# St. Andrews Bay, 6/8



## Ringo Redux

Pops and I hit the water late this morning after I dropped my mutt off at the vet. We got on the water around 0815 to some ESE winds that were making the Bay pretty chippy. We figured the late start wouldn't matter much because of our tide structure being what it is - early afternoon high tides and midnight low tides. Our "spot" in the bay wasn't really fishable because we had to fight the wind and tide movement, so we moved south towards the pass to a place where we caught some spanish earlier in the year. We staked out our drift in about 5 feet of water and starting tossing some line. Dad was on a spinning reel throwing a chartreuse twin tail, and I started with a spinning reel and twitch bait (Mirrodine 17MR, white/red). We both got some strikes, and I foul hooked a ladyfish that threw it off (figures).

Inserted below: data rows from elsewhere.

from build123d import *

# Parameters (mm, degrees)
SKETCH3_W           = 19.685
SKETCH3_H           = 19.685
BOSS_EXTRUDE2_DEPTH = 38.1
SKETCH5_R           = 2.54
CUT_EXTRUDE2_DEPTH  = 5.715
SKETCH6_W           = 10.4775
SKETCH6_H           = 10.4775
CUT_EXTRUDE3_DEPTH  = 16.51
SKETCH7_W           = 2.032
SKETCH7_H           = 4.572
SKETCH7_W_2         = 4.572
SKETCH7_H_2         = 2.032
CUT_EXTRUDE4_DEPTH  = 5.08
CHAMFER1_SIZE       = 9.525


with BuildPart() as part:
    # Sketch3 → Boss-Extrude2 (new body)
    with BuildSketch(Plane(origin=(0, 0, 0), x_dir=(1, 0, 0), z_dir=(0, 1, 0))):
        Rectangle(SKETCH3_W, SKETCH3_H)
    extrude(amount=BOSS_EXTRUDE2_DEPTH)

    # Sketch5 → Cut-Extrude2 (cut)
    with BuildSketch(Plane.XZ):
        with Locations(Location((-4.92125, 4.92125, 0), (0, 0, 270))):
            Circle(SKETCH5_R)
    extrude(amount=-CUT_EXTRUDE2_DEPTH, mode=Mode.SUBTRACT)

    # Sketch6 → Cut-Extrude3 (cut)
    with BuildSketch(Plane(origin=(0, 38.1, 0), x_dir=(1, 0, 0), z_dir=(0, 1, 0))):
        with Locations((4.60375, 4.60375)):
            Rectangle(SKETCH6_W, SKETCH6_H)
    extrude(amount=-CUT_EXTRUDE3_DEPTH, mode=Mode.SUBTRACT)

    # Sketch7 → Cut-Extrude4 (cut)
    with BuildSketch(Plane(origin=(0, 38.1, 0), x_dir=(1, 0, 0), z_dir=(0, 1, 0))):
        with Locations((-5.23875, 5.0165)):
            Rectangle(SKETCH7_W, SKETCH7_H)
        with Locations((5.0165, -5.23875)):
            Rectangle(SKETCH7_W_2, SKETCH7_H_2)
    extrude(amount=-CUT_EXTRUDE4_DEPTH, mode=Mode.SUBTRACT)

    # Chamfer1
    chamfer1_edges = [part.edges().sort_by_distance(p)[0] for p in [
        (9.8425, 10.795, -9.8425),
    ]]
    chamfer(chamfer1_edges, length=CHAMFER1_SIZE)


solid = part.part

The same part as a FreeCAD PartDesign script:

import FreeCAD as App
import Part
import Sketcher

V = App.Vector
Q = App.Units.Quantity


def edges_at(feature, points):
    """Names of the edges that pass closest to the given points."""
    edges = feature.Shape.Edges
    near = lambda p: min(range(len(edges)), key=lambda i: edges[i].distToShape(Part.Vertex(*p))[0])
    return sorted({f"Edge{near(p) + 1}" for p in points})

doc = App.newDocument("Part")
body = doc.addObject("PartDesign::Body", "Body")

sketch1 = body.newObject("Sketcher::SketchObject", "Sketch")
sketch1.AttachmentSupport = (doc.getObject("XZ_Plane"), [""])
sketch1.MapMode = "FlatFace"
sketch1.addGeometry([
    Part.LineSegment(V(-10, -10, 0), V(-10, 10, 0)),
    Part.LineSegment(V(-10, 10, 0), V(10, 10, 0)),
    Part.LineSegment(V(10, 10, 0), V(10, -10, 0)),
    Part.LineSegment(V(10, -10, 0), V(-10, -10, 0)),
], False)
sketch1.addConstraint([
    Sketcher.Constraint("Coincident", 0, 2, 1, 1),
    Sketcher.Constraint("Coincident", 1, 2, 2, 1),
    Sketcher.Constraint("Coincident", 2, 2, 3, 1),
    Sketcher.Constraint("Coincident", 3, 2, 0, 1),
    Sketcher.Constraint("Vertical", 0),
    Sketcher.Constraint("Horizontal", 1),
    Sketcher.Constraint("Vertical", 2),
    Sketcher.Constraint("Horizontal", 3),
    Sketcher.Constraint("Symmetric", 0, 2, 2, 2, -1, 1),
    Sketcher.Constraint("Equal", 3, 0),
    Sketcher.Constraint("DistanceX", 1, 1, 1, 2, Q("0.775 in")),
])
pad1 = body.newObject("PartDesign::Pad", "Pad")
pad1.Profile = sketch1
pad1.Length = Q("1.5 in")
pad1.Reversed = True

sketch2 = body.newObject("Sketcher::SketchObject", "Sketch001")
sketch2.AttachmentSupport = (doc.getObject("XZ_Plane"), [""])
sketch2.MapMode = "FlatFace"
sketch2.addGeometry(Part.Circle(V(-4.9, 4.9, 0), V(0, 0, 1), 2.5), False)
sketch2.addConstraint([
    Sketcher.Constraint("Diameter", 0, Q("0.2 in")),
    Sketcher.Constraint("DistanceX", 0, 3, -1, 1, Q("4.92125 mm")),
    Sketcher.Constraint("DistanceY", -1, 1, 0, 3, Q("4.92125 mm")),
])
pocket1 = body.newObject("PartDesign::Pocket", "Pocket")
pocket1.Profile = sketch2
pocket1.Length = Q("0.225 in")

sketch3 = body.newObject("Sketcher::SketchObject", "Sketch002")
sketch3.AttachmentSupport = (doc.getObject("XZ_Plane"), [""])
sketch3.MapMode = "FlatFace"
sketch3.AttachmentOffset = App.Placement(V(0, 0, -1.5 * 25.4), App.Rotation())
sketch3.addGeometry([
    Part.LineSegment(V(-1, -10, 0), V(-1, 1, 0)),
    Part.LineSegment(V(-1, 1, 0), V(10, 1, 0)),
    Part.LineSegment(V(10, 1, 0), V(10, -10, 0)),
    Part.LineSegment(V(10, -10, 0), V(-1, -10, 0)),
], False)
sketch3.addConstraint([
    Sketcher.Constraint("Coincident", 0, 2, 1, 1),
    Sketcher.Constraint("Coincident", 1, 2, 2, 1),
    Sketcher.Constraint("Coincident", 2, 2, 3, 1),
    Sketcher.Constraint("Coincident", 3, 2, 0, 1),
    Sketcher.Constraint("Vertical", 0),
    Sketcher.Constraint("Horizontal", 1),
    Sketcher.Constraint("Vertical", 2),
    Sketcher.Constraint("Horizontal", 3),
    Sketcher.Constraint("Equal", 3, 0),
    Sketcher.Constraint("DistanceX", 1, 1, 1, 2, Q("0.4125 in")),
    Sketcher.Constraint("DistanceX", 0, 2, -1, 1, Q("0.025 in")),
    Sketcher.Constraint("DistanceY", -1, 1, 0, 2, Q("0.025 in")),
])
pocket2 = body.newObject("PartDesign::Pocket", "Pocket001")
pocket2.Profile = sketch3
pocket2.Length = Q("0.65 in")
pocket2.Reversed = True

sketch4 = body.newObject("Sketcher::SketchObject", "Sketch003")
sketch4.AttachmentSupport = (doc.getObject("XZ_Plane"), [""])
sketch4.MapMode = "FlatFace"
sketch4.AttachmentOffset = App.Placement(V(0, 0, -1.5 * 25.4), App.Rotation())
sketch4.addGeometry([
    Part.LineSegment(V(-6.3, -7.3, 0), V(-6.3, -2.7, 0)),
    Part.LineSegment(V(-6.3, -2.7, 0), V(-4.2, -2.7, 0)),
    Part.LineSegment(V(-4.2, -2.7, 0), V(-4.2, -7.3, 0)),
    Part.LineSegment(V(-4.2, -7.3, 0), V(-6.3, -7.3, 0)),
    Part.LineSegment(V(2.7, 4.2, 0), V(2.7, 6.3, 0)),
    Part.LineSegment(V(2.7, 6.3, 0), V(7.3, 6.3, 0)),
    Part.LineSegment(V(7.3, 6.3, 0), V(7.3, 4.2, 0)),
    Part.LineSegment(V(7.3, 4.2, 0), V(2.7, 4.2, 0)),
], False)
sketch4.addConstraint([
    Sketcher.Constraint("Coincident", 0, 2, 1, 1),
    Sketcher.Constraint("Coincident", 1, 2, 2, 1),
    Sketcher.Constraint("Coincident", 2, 2, 3, 1),
    Sketcher.Constraint("Coincident", 3, 2, 0, 1),
    Sketcher.Constraint("Coincident", 4, 2, 5, 1),
    Sketcher.Constraint("Coincident", 5, 2, 6, 1),
    Sketcher.Constraint("Coincident", 6, 2, 7, 1),
    Sketcher.Constraint("Coincident", 7, 2, 4, 1),
    Sketcher.Constraint("Vertical", 0),
    Sketcher.Constraint("Horizontal", 1),
    Sketcher.Constraint("Vertical", 2),
    Sketcher.Constraint("Horizontal", 3),
    Sketcher.Constraint("Vertical", 4),
    Sketcher.Constraint("Horizontal", 5),
    Sketcher.Constraint("Vertical", 6),
    Sketcher.Constraint("Horizontal", 7),
    Sketcher.Constraint("Equal", 7, 0),
    Sketcher.Constraint("Equal", 3, 4),
    Sketcher.Constraint("DistanceX", 1, 1, 1, 2, Q("0.08 in")),
    Sketcher.Constraint("DistanceX", 5, 1, 5, 2, Q("0.18 in")),
    Sketcher.Constraint("DistanceY", 0, 2, -1, 1, Q("0.1075 in")),
    Sketcher.Constraint("DistanceX", -1, 1, 4, 2, Q("0.1075 in")),
    Sketcher.Constraint("DistanceX", 0, 2, -1, 1, Q("6.25475 mm")),
    Sketcher.Constraint("DistanceY", -1, 1, 4, 2, Q("6.25475 mm")),
])
pocket3 = body.newObject("PartDesign::Pocket", "Pocket002")
pocket3.Profile = sketch4
pocket3.Length = Q("0.2 in")
pocket3.Reversed = True
doc.recompute()

chamfer = body.newObject("PartDesign::Chamfer", "Chamfer")
chamfer.Base = (pocket3, edges_at(pocket3, [(9.842, 10.795, -9.842)]))
chamfer.Size = Q("0.375 in")

doc.recompute()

Around 0840 or so I switched over to a baitcaster and 1 piece rod - I've almost never fished a baitcaster and wanted to expand my horizons a little. Well, I got the hang of it pretty quickly and threw a topwater for the rest of the day. I hooked several bluefish, ladyfish, one good sized spanish, and a few trout. The only ones that stayed in the boat were the spanish, 1 blue and 1 lady. The topwater they hit was a zarra spook jr. We chased some bait around with spoons after that, but no joy. 

Side note - we got stopped by game and fish for the second time in as many trips today. Same two guys, too. They were friendly and polite and very quick about checking our catch. Gave us a congrats on the fish and moved off - even offered some good fish knowledge I didn't know. So, I definitely appreciate those guys.


----------



## MrFish

Good deal. Looks like a good trip.


----------



## Ruger7mmmag

I can almost see my favorite inside the bay shark fishing spot in the back ground there as well as a great trout spot. See in the background there the water treatment "humps"? Just west of that is a drop off that cuts up behind the Buccanneer hotel. Late afternoons where it goes from 3 foot to deep (can't remember the depth anymore) is a nice spot this time of year. I used to wade it when I didn't feel like taking the boat out. That all stopped when a shark grabbed my stringer while tied to my waste!

Cool post! Always nice to see pics from the ole stomping grounds.


----------



## Ringo Redux

It was fun, Fish - fishing with my old man always is. Unless he outfishes me. Which is about a coin-flip most of the time.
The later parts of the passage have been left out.